Additionally, at the July 26, 2007 Senate Budget Committee hearing on the nomination of Congressman Jim Nussle to be the Director of the White House Office of Management and Budget (OMB), then-Senator Peter Domenici raised the pace and problems associated with DOE's implementation of the loan guarantee program:

"But OMB has been dragging their feet and I do not know which cabinet members have been involved.  I surmise as of now the Secretary of Treasury is himself involved.  But I can tell you, Mr. Nussle, that this is one of the most important provisions of the Energy Act.  It should have already been done and it should have had $25 billion to $30 billion in the loan guarantee fund.  It is still not ready and the recommended amount by OMB is $9 billion.  That will not fly...It seems to me all the work that has been done, you have got about 48 hours, to sit down and get this fixed."

On August 2, 2007, Senator Domenici lifted his hold on Mr. Nussle's nomination and voted to confirm him after receiving "a commitment from the Office of Management and Budget to fulfill the vision of Congress with regard to the Department of Energy loan guarantee program."

As I noted in my earlier blog post on Solyndra, this default is not just about subsidies to one industry or another.  It is about what role governments should play in the marketplace; and whether we are able to set up governmental structures that align the incentives of parties properly, and that both establish and retain appropriate checks and balances to reduce the risk of corruption and taxpayer loss. 

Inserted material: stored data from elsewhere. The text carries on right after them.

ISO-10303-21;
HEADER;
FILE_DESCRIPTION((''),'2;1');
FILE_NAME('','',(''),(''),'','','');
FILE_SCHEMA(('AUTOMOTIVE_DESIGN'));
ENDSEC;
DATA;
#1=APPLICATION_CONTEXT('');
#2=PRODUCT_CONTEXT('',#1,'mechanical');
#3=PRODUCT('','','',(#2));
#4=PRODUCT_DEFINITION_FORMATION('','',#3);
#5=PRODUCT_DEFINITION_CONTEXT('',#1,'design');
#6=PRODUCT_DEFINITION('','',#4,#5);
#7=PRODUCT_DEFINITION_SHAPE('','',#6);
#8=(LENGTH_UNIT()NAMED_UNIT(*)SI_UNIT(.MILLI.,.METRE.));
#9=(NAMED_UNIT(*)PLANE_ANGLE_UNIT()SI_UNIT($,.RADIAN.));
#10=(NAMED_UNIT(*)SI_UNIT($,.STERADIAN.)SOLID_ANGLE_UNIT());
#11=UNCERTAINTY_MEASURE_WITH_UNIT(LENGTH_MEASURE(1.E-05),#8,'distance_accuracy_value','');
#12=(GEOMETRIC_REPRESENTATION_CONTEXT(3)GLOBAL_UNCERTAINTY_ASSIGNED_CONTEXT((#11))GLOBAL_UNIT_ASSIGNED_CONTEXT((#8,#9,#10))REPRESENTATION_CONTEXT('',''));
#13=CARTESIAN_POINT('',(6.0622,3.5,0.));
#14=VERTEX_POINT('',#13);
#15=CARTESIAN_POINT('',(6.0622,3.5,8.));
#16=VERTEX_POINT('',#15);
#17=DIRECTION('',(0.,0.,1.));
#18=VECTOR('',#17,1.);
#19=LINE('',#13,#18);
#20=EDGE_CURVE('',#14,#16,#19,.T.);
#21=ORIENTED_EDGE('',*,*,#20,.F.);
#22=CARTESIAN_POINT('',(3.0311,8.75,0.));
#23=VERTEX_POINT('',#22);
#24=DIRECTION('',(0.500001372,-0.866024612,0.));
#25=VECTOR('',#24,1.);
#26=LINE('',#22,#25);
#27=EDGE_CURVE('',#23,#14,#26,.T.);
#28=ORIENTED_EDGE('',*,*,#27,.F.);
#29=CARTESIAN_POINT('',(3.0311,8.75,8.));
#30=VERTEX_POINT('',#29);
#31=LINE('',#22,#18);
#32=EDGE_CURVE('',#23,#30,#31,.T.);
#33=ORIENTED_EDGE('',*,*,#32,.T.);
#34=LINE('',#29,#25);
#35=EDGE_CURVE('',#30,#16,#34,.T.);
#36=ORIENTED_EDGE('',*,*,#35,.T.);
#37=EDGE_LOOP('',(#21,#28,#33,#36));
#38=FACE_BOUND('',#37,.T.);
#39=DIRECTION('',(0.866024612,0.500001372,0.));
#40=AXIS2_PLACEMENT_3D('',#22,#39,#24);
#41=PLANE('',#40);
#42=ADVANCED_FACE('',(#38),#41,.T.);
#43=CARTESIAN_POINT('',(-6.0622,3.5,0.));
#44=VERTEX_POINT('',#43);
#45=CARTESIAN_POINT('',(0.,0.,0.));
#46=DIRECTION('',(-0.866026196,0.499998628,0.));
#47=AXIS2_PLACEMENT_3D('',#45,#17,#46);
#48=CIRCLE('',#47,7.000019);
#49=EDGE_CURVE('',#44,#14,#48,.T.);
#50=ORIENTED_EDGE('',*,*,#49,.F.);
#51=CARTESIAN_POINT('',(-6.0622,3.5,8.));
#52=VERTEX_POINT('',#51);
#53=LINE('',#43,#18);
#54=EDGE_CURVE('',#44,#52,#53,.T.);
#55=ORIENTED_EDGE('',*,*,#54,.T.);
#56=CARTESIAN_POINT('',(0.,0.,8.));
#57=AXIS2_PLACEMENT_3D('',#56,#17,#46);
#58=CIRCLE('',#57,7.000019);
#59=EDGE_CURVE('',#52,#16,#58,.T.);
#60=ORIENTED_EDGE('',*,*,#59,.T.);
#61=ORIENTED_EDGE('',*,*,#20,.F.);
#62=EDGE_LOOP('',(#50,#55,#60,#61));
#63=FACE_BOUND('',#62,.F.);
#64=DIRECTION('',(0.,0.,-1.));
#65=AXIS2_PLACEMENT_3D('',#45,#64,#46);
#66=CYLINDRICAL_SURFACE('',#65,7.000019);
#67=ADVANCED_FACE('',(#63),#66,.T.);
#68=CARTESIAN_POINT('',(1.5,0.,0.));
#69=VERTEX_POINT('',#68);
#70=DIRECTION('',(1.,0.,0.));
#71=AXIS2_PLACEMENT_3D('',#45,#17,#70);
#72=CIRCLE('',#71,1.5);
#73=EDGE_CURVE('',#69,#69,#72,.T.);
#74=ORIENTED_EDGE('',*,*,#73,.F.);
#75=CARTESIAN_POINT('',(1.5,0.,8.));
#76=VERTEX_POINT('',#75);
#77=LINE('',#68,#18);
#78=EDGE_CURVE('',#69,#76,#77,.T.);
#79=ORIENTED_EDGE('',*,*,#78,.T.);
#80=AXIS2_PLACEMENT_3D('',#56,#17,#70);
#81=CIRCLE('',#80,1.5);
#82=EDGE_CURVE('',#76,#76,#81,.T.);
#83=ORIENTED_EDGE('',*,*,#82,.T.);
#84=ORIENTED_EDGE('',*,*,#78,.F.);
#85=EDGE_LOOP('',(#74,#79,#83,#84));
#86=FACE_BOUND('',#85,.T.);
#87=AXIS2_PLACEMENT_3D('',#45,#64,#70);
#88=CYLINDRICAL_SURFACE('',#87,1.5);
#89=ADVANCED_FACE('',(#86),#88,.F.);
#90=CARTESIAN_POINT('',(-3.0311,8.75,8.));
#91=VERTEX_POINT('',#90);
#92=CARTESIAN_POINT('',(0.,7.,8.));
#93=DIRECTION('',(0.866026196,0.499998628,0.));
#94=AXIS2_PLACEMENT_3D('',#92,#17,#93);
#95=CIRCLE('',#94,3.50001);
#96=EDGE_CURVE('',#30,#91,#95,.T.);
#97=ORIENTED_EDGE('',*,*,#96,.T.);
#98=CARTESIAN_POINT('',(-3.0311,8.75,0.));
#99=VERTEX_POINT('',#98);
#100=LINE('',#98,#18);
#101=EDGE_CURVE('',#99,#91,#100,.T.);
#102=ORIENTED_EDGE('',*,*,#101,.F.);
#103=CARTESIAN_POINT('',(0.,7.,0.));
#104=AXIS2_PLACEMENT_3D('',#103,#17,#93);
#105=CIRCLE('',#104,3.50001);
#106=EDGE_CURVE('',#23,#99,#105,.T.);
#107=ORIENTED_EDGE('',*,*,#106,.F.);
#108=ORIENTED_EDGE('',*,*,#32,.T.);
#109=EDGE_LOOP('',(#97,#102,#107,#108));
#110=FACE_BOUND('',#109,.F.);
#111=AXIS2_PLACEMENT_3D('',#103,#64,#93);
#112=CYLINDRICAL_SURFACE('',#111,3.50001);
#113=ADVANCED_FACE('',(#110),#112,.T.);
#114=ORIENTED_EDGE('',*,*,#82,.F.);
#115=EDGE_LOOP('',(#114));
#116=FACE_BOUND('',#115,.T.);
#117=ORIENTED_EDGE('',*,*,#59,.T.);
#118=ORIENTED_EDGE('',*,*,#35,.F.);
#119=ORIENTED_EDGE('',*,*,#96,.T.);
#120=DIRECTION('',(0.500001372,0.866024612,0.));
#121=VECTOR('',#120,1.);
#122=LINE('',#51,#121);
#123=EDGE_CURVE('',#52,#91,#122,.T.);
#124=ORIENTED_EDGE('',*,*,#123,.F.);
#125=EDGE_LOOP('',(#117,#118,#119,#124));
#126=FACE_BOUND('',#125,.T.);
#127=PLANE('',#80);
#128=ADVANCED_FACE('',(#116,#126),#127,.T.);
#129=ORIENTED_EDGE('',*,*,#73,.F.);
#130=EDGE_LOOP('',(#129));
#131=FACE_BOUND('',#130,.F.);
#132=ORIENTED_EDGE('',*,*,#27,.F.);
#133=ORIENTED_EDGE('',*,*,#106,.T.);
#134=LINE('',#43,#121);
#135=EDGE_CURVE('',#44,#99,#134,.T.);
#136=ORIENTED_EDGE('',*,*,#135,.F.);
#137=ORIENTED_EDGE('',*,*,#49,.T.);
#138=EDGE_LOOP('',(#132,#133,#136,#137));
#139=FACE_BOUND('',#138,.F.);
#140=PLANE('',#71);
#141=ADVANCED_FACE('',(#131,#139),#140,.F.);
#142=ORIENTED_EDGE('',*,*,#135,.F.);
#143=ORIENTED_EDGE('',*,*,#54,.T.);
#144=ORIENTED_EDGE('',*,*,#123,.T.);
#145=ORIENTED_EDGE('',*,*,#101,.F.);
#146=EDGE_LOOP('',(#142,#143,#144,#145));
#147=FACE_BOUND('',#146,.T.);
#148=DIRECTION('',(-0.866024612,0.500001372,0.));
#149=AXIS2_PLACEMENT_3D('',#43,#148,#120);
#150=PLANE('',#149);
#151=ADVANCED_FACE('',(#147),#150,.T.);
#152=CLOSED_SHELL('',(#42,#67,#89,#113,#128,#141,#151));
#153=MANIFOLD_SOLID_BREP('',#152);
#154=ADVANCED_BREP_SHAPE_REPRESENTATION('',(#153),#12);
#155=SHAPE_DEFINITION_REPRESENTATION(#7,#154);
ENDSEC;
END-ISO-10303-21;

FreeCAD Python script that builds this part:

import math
import FreeCAD as App
import Part
import Sketcher
from FreeCAD import Vector
Q = App.Units.Quantity

doc = App.newDocument("Part")
body = doc.addObject("PartDesign::Body", "Body")

sketch1 = body.newObject("Sketcher::SketchObject", "Sketch")
sketch1.AttachmentSupport = (doc.getObject("XY_Plane"), [""])
sketch1.MapMode = "FlatFace"
sketch1.addGeometry([
    Part.LineSegment(Vector(-3, 8.8, 0), Vector(-6.1, 3.5, 0)),
    Part.ArcOfCircle(Part.Circle(Vector(0, 0, 0), Vector(0, 0, 1), 7), math.radians(150), math.radians(390)),
    Part.LineSegment(Vector(6.1, 3.5, 0), Vector(3, 8.8, 0)),
    Part.ArcOfCircle(Part.Circle(Vector(0, 7, 0), Vector(0, 0, 1), 3.5), math.radians(30), math.radians(150)),
    Part.Circle(Vector(0, 0, 0), Vector(0, 0, 1), 1.5),
], False)
sketch1.addConstraint([
    Sketcher.Constraint("Tangent", 0, 2, 1, 1),
    Sketcher.Constraint("Tangent", 1, 2, 2, 1),
    Sketcher.Constraint("Tangent", 2, 2, 3, 1),
    Sketcher.Constraint("Tangent", 3, 2, 0, 1),
    Sketcher.Constraint("Coincident", 1, 3, -1, 1),
    Sketcher.Constraint("Coincident", 4, 3, -1, 1),
    Sketcher.Constraint("PointOnObject", 3, 3, -2),
    Sketcher.Constraint("Diameter", 4, Q("3 mm")),
    Sketcher.Constraint("Radius", 1, Q("7 mm")),
    Sketcher.Constraint("Radius", 3, Q("3.5 mm")),
    Sketcher.Constraint("DistanceY", -1, 1, 3, 3, Q("7 mm")),
])
pad1 = body.newObject("PartDesign::Pad", "Pad")
pad1.Profile = sketch1
pad1.Length = 8

doc.recompute()
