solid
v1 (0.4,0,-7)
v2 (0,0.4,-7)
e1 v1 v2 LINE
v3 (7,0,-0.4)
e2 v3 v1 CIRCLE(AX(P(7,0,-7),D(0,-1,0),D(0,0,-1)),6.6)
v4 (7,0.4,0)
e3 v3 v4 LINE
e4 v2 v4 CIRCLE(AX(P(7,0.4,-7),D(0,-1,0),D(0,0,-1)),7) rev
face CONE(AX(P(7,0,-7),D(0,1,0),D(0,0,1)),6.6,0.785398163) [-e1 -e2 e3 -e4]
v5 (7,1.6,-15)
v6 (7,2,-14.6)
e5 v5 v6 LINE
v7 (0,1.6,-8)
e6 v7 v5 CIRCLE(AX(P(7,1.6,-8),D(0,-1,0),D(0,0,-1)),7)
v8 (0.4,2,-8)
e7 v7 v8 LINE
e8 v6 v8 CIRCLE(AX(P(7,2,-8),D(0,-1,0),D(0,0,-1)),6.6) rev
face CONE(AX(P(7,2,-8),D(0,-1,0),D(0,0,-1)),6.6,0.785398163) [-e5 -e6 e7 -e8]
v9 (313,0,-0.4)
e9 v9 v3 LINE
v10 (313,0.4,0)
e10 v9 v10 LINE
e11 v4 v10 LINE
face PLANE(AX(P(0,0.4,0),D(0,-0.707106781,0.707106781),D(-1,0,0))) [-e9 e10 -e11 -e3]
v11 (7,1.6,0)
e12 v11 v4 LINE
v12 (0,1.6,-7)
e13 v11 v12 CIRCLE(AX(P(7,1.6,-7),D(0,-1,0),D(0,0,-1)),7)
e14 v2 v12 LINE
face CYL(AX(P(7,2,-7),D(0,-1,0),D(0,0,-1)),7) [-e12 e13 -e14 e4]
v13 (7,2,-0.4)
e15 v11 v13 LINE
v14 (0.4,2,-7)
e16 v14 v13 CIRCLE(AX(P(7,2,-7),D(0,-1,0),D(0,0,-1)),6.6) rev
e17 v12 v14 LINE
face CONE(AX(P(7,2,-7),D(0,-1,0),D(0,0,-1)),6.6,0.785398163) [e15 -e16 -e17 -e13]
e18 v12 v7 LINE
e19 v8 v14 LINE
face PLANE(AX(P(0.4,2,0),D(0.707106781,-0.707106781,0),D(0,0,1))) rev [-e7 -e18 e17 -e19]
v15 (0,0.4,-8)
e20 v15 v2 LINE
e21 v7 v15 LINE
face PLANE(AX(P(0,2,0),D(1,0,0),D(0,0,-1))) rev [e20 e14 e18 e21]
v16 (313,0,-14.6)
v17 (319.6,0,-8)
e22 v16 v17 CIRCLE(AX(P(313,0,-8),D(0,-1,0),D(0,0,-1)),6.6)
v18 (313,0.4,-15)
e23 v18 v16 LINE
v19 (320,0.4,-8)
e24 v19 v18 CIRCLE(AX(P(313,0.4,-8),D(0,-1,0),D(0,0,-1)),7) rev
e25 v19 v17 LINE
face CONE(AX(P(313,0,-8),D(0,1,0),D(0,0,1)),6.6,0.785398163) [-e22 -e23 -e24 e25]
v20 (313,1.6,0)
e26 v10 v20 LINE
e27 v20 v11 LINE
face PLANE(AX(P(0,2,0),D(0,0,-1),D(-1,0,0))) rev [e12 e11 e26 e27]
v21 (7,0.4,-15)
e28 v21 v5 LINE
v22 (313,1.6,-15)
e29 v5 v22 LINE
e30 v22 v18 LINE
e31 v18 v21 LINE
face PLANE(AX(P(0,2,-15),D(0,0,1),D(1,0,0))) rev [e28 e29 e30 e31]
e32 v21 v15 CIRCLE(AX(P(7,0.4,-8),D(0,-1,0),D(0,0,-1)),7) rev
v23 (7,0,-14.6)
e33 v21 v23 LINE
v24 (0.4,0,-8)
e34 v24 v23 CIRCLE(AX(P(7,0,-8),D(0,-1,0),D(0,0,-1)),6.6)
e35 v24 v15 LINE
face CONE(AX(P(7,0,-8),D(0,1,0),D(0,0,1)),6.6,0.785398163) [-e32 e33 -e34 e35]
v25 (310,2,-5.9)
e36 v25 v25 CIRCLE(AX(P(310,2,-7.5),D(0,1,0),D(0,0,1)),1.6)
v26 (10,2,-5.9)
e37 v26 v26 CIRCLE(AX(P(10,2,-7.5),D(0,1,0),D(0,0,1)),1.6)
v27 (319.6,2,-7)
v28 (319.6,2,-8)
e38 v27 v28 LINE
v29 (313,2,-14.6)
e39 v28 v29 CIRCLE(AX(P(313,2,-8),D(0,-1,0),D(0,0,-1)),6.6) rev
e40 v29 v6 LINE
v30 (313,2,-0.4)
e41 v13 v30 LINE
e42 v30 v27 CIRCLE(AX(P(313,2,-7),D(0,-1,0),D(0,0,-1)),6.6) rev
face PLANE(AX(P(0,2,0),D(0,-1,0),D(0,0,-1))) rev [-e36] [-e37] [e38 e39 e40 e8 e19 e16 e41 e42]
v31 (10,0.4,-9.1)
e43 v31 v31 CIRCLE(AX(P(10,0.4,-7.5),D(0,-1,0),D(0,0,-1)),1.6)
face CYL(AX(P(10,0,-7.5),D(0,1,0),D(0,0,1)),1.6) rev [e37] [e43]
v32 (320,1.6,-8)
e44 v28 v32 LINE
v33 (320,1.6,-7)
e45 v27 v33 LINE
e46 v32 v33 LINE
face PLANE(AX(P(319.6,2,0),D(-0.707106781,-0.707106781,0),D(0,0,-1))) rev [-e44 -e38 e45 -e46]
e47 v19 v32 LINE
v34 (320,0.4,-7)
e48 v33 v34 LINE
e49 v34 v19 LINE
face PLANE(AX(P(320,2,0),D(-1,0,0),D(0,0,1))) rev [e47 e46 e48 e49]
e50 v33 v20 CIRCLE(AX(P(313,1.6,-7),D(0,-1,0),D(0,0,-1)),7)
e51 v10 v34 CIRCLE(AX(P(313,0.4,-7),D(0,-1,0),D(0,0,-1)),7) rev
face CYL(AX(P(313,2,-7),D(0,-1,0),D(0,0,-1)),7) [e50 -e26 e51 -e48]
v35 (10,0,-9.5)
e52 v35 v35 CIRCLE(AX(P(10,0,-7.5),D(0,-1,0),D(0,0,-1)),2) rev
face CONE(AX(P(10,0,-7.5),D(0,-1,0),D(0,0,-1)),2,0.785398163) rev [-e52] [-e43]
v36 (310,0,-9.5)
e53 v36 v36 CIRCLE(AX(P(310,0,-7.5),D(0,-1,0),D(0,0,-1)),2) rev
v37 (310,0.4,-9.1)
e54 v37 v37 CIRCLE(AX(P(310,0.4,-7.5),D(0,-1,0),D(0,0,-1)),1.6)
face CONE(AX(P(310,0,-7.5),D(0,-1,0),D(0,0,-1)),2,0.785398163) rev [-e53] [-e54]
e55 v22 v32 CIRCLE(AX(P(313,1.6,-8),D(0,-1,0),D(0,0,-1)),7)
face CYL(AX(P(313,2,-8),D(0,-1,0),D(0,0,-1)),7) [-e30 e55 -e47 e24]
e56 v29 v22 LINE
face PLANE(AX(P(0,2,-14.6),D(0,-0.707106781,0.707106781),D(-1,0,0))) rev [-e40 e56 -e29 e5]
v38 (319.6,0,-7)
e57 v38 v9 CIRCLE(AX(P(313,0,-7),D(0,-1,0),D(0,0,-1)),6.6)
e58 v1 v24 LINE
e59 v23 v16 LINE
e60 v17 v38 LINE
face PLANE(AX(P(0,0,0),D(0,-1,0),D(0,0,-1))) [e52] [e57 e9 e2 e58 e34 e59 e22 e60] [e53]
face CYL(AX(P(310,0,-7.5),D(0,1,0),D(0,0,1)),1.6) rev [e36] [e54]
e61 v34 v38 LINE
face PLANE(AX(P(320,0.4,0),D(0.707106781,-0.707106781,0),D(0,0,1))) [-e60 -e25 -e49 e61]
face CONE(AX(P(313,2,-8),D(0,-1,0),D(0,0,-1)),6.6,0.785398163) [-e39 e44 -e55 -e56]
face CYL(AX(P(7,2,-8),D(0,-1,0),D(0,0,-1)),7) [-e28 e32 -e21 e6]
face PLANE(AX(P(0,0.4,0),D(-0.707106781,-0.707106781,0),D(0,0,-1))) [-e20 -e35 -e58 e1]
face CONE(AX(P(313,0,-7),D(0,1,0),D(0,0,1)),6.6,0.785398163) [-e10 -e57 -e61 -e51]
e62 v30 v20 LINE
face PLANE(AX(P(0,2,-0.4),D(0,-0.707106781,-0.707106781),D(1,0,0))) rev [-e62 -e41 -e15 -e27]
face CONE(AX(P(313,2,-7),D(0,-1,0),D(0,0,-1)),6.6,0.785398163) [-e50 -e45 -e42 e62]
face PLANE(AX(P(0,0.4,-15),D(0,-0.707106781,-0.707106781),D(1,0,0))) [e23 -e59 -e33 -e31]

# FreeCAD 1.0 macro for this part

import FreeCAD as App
import Part
import Sketcher


def edges_at(feature, points):
    """Names of the edges that pass closest to the given points."""
    edges = feature.Shape.Edges
    near = lambda p: min(range(len(edges)), key=lambda i: edges[i].distToShape(Part.Vertex(*p))[0])
    return sorted({f"Edge{near(p) + 1}" for p in points})

doc = App.newDocument("Part")
body = doc.addObject("PartDesign::Body", "Body")

# Sketch on XZ plane
sketch1 = body.newObject("Sketcher::SketchObject", "Sketch")
sketch1.AttachmentSupport = (doc.getObject("XZ_Plane"), [""])
sketch1.MapMode = "FlatFace"
sketch1.addGeometry([
    Part.LineSegment(App.Vector(0, -15, 0), App.Vector(0, 0, 0)),
    Part.LineSegment(App.Vector(0, 0, 0), App.Vector(320, 0, 0)),
    Part.LineSegment(App.Vector(320, 0, 0), App.Vector(320, -15, 0)),
    Part.LineSegment(App.Vector(320, -15, 0), App.Vector(0, -15, 0)),
], False)
sketch1.addConstraint([
    Sketcher.Constraint("Coincident", 0, 2, 1, 1),
    Sketcher.Constraint("Coincident", 1, 2, 2, 1),
    Sketcher.Constraint("Coincident", 2, 2, 3, 1),
    Sketcher.Constraint("Coincident", 3, 2, 0, 1),
    Sketcher.Constraint("Vertical", 0),
    Sketcher.Constraint("Horizontal", 1),
    Sketcher.Constraint("Vertical", 2),
    Sketcher.Constraint("Horizontal", 3),
    Sketcher.Constraint("Coincident", 0, 2, -1, 1),
    Sketcher.Constraint("DistanceX", 1, 1, 1, 2, 320.0),
    Sketcher.Constraint("DistanceY", 0, 1, 0, 2, 15.0),
])
pad1 = body.newObject("PartDesign::Pad", "Pad")
pad1.Profile = sketch1
pad1.Length = 2
pad1.Reversed = True

# Sketch on XZ plane
sketch2 = body.newObject("Sketcher::SketchObject", "Sketch001")
sketch2.AttachmentSupport = (doc.getObject("XZ_Plane"), [""])
sketch2.MapMode = "FlatFace"
sketch2.AttachmentOffset = App.Placement(App.Vector(0, 0, -2), App.Rotation())
sketch2.addGeometry([
    Part.Circle(App.Vector(10, -7.5, 0), App.Vector(0, 0, 1), 1.6),
    Part.Circle(App.Vector(310, -7.5, 0), App.Vector(0, 0, 1), 1.6),
], False)
sketch2.addConstraint([
    Sketcher.Constraint("Equal", 0, 1),
    Sketcher.Constraint("Horizontal", 0, 3, 1, 3),
    Sketcher.Constraint("Diameter", 0, 3.2),
    Sketcher.Constraint("DistanceX", -1, 1, 0, 3, 10.0),
    Sketcher.Constraint("DistanceX", -1, 1, 1, 3, 310.0),
    Sketcher.Constraint("DistanceY", 0, 3, -1, 1, 7.5),
])
pocket1 = body.newObject("PartDesign::Pocket", "Pocket")
pocket1.Profile = sketch2
pocket1.Length = 2
pocket1.Reversed = True
doc.recompute()

fillet = body.newObject("PartDesign::Fillet", "Fillet")
fillet.Base = (pocket1, edges_at(pocket1, [
    (0, 1, -15),
    (320, 1, -15),
    (320, 1, 0),
    (0, 1, 0),
]))
fillet.Radius = 7
doc.recompute()

chamfer = body.newObject("PartDesign::Chamfer", "Chamfer")
chamfer.Base = (fillet, edges_at(fillet, [
    (10, 0, -9.1),
    (310, 0, -9.1),
    (160, 0, -15),
    (160, 2, -15),
    (0, 0, -7.5),
    (320, 0, -7.5),
    (160, 0, 0),
    (2.05, 0, -12.95),
    (2.05, 0, -2.05),
    (317.95, 0, -2.05),
    (317.95, 0, -12.95),
    (320, 2, -7.5),
    (0, 2, -7.5),
    (160, 2, 0),
    (2.05, 2, -12.95),
    (2.05, 2, -2.05),
    (317.95, 2, -2.05),
    (317.95, 2, -12.95),
]))
chamfer.Size = 0.4

doc.recompute()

Domenici has always felt passionate about nuclear power in this country.  Yet even if we grant him that his promotion of nuclear has been rooted only in his belief of what was good for the country, his actions are inexcusable.  Undermining the program structure for something he likes creates flaws that quickly spread more widely to all sorts of programs, bleeding the country in the process.  Will the appointment of competent fiscal management for OMB now rest upon the whims of key Congressional members pushing for OMB to reinterpret financial reviews in their favor?  What other tests for how many other positions will crop up in its wake?  Parochial interests can very quickly corrode the basic structures we need to govern effectively if they are allowed to run unchecked.

In the Solyndra bankruptcy, Congressman Upton has been given an opportunity to put the loan guarantee program overall under scrutiny that was not possible back in 2007.  There are records of decisions, a number of commitments, and a broader context of financial failure and recession against which to judge the initiative.  Because I know the Congressman cares about the country, he would do us all a service to ensure his review looks not only at Solyndra, but at the way the other deals were struck as well.  That includes the the $10.3 billion in nuclear deals that Congressman Markey has asked be reviewed, and of course the next largest single commitment as well -- $5.9 billion to Ford Motor Company

Under the terms of Title 17, many of the borrowers must pay advance funds to cover their "credit subsidy."  This has been roughly estimated as the probability of default times the net losses to the feds (after any recoveries in bankruptcy) should one occur.  The industry has consistently pushed for lower credit subsidies, arguing that not only did their deal have a low risk of default, but even if it did default, taxpayer recoveries in bankruptcy would be high.  The Solyndra bankruptcy provides a real-world case study to put test these claims.  Congressman Upton's review of Solyndra should look very carefully at how high those recovery rates really are.  Will they be 50% of the investment?  25%?  Close to zero?  This will provide quite important information by which we can judge credit subsidy estimates in any future deals.